Although the availability of archaeological data is increasing progressively, the speed
of the paradigm change for their release and
reuse is not improving in parallel with their
production in either the heritage management or academic worlds, as has been stated
in some works (Whysel 2015). However, the
success of some of the cited initiatives would
not only represent significant progress in archaeological research with new opportunities
for development, the ability to compare results
and to make the resources invested in them
cost-effective (Kansa and Kansa 2013), but the
qualification of preventive and urgent archaeological interventions could also be planned
in an increasingly effective way in line with
improvements to the efficiency of access to
pre-existing information (D’Andrea 2013).
However, for broad-spectrum Open Archaeology to be put into practice, it has to be
incentivised through public initiatives linked
to, for example, the dissemination of already
existing data, knowledge of which can, on occasion, be seen to be very limited (Costa et al.
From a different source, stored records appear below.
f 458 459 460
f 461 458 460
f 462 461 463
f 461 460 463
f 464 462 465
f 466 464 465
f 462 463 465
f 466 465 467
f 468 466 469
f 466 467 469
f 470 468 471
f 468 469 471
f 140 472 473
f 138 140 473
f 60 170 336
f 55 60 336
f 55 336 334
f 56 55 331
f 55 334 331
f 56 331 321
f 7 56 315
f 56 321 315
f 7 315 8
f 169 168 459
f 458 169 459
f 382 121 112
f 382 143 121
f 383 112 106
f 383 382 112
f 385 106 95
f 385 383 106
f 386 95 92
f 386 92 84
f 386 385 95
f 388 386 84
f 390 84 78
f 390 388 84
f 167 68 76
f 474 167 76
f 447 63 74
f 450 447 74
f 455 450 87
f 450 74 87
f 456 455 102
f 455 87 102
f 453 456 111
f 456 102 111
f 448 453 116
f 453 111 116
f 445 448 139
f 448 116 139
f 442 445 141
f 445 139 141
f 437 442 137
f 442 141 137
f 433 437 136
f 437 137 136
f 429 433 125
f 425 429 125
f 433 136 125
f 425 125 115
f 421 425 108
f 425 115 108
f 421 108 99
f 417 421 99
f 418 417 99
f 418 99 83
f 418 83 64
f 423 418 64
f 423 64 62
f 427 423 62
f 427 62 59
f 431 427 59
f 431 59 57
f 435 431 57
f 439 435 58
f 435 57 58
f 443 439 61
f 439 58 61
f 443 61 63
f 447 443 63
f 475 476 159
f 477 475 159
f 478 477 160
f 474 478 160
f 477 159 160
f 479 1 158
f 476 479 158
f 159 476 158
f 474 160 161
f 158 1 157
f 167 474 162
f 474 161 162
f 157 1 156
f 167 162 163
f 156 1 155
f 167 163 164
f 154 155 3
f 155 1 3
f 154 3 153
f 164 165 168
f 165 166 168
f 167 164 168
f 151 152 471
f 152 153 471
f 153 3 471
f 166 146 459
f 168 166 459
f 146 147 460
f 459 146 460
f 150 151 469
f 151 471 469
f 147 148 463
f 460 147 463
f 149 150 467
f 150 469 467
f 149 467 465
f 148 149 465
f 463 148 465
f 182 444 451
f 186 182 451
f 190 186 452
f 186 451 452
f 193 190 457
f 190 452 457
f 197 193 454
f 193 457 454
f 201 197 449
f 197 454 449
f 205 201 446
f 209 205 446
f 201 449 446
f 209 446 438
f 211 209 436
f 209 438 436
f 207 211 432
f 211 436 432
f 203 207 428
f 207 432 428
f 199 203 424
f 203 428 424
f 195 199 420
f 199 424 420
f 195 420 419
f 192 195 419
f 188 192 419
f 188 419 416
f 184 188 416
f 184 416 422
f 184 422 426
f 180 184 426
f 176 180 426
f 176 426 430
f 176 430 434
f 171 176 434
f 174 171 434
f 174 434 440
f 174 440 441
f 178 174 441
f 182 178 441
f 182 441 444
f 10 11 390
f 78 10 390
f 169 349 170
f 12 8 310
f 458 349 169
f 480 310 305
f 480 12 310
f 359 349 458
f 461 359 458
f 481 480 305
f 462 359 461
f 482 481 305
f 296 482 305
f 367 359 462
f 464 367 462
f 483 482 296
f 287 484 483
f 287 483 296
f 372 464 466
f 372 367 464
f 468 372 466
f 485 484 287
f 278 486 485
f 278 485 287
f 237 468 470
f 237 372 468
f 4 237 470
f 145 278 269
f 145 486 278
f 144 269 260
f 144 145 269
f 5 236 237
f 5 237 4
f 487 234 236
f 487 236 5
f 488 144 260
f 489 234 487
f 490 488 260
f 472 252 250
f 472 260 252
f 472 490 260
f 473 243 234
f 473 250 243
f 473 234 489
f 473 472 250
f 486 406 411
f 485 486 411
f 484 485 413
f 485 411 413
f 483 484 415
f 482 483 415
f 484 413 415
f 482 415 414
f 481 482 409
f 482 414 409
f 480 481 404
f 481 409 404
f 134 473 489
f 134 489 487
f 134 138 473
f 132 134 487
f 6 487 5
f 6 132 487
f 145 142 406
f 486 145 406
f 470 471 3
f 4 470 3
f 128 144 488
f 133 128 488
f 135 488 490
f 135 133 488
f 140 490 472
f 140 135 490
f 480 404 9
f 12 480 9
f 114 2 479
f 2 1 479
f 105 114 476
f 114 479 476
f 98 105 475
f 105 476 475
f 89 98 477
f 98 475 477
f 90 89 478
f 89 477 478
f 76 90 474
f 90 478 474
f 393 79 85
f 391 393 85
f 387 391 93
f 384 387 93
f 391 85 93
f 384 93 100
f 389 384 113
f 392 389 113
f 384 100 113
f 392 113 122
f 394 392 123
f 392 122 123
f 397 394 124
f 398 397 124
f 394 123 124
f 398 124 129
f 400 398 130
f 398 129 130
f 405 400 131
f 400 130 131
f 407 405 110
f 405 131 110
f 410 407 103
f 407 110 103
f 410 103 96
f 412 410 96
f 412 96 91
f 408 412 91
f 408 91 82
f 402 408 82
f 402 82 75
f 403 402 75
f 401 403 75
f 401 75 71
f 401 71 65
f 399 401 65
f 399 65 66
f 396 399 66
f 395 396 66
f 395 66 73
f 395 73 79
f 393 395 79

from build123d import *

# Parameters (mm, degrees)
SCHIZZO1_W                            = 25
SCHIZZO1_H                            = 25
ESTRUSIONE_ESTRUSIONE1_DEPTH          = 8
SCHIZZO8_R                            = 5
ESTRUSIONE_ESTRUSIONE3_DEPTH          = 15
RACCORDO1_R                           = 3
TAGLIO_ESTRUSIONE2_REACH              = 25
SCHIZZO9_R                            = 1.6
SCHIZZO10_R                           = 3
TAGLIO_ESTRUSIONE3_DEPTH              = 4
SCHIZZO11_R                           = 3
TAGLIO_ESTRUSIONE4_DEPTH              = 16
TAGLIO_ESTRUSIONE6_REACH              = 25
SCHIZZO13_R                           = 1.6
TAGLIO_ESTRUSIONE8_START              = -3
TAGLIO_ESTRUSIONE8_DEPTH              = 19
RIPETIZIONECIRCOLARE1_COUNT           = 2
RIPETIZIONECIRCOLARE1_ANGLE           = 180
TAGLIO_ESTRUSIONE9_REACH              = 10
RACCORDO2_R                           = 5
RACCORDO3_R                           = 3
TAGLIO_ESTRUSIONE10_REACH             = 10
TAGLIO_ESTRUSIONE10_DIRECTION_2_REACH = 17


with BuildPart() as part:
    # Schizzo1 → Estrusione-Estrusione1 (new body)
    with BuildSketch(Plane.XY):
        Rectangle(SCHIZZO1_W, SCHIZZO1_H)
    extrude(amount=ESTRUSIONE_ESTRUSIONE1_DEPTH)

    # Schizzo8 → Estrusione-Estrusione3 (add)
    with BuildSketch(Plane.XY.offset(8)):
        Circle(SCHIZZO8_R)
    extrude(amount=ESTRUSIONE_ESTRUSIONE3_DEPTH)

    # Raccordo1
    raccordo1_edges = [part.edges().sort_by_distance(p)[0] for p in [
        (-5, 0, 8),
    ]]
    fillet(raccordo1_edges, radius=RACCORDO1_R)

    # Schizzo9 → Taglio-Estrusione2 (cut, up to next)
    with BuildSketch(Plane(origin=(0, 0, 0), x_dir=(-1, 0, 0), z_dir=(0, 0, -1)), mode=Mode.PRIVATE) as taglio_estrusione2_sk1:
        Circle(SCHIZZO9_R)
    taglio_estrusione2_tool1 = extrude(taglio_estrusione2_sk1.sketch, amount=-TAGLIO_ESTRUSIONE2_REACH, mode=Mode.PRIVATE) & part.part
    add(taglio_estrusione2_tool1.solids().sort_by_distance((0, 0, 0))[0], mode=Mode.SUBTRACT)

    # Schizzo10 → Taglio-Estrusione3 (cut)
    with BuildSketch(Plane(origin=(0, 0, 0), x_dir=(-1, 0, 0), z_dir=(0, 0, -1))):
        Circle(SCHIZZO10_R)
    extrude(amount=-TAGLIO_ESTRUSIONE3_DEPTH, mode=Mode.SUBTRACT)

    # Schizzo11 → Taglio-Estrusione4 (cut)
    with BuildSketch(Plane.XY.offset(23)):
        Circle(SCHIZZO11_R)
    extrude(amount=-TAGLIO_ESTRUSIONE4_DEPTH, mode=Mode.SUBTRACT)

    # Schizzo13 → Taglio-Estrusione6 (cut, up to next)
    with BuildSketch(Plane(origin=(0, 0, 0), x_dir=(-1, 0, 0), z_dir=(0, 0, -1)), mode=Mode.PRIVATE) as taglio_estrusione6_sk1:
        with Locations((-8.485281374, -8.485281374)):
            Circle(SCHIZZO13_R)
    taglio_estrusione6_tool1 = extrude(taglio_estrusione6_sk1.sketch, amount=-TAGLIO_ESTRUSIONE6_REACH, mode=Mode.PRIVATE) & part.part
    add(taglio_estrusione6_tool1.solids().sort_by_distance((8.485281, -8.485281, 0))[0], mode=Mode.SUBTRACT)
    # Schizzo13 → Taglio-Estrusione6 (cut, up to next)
2012; Agenjo-Bullón and Hernández-Carrascal 2019), to it being valued in processes to
award competitive projects in tenders and the
promotion of actions to drive its reuse. Encapsulated knowledge, knowledge to which access is restricted or which is difficult for the
public at large to understand would not seem
to be the best path to sparking an appreciation
of the archaeological heritage, having its value
acknowledged and furthering its preservation
Fernández Cacho, S. Complutum 32(2) 2021: 443-457
as a scientific, cultural, social and economic
territorial asset.
All this leads to the conclusion that in the
discipline of archaeology, in the medium term,
progress will have to be made in the provision
of open and interconnected data and structured
information, in the generation of knowledge
distributed and managed in a shared fashion
and in driving competitive excellence research
with free access and open data as another parameter of quality to complete the cycle. In
order to achieve this, it would be desirable to
improve the quality and standardization of the
metadata, so that datasets can be more easily
related, which still depends on the investment
of time and human resources dedicated to this
task. The Data Archiving and Networked Services (https://dans.knaw.nl) of the Netherlands
can be an example in this regard, as it defines
clear guidelines, also for the digital exchange
of archaeological data. At the same time, it
might be necessary to start bringing professionals in the fields of documentation and social mediation into the research teams, in the
same way that collaboration with professionals
in physical anthropology, geology, chemistry
and many other disciplines and areas associated with the natural sciences already seems to
have been accepted.
EPILOGUE: One example of an extraordinary achievement that science can accomplish through information sharing has, without
doubt, been to obtain a COVID-19 vaccine in
an extremely short period of time. Perhaps, as
the British daily newspaper The Guardian reported in December 2020, this experience has
changed science forever (Sample 2020).
Acknowledgements
Funding for this work has been received from
the LAPat Project, the Open Heritage Laboratory, of whose research team the author is a
member. The LAPat Project has been funded
by the Andalusian Government`s Andalusian
Research, Development and Innovation Plan
(PY18-4334). I would like to thank César
González Pérez (Incipit-CSIC) for his revision
of this text and his valuable suggestions.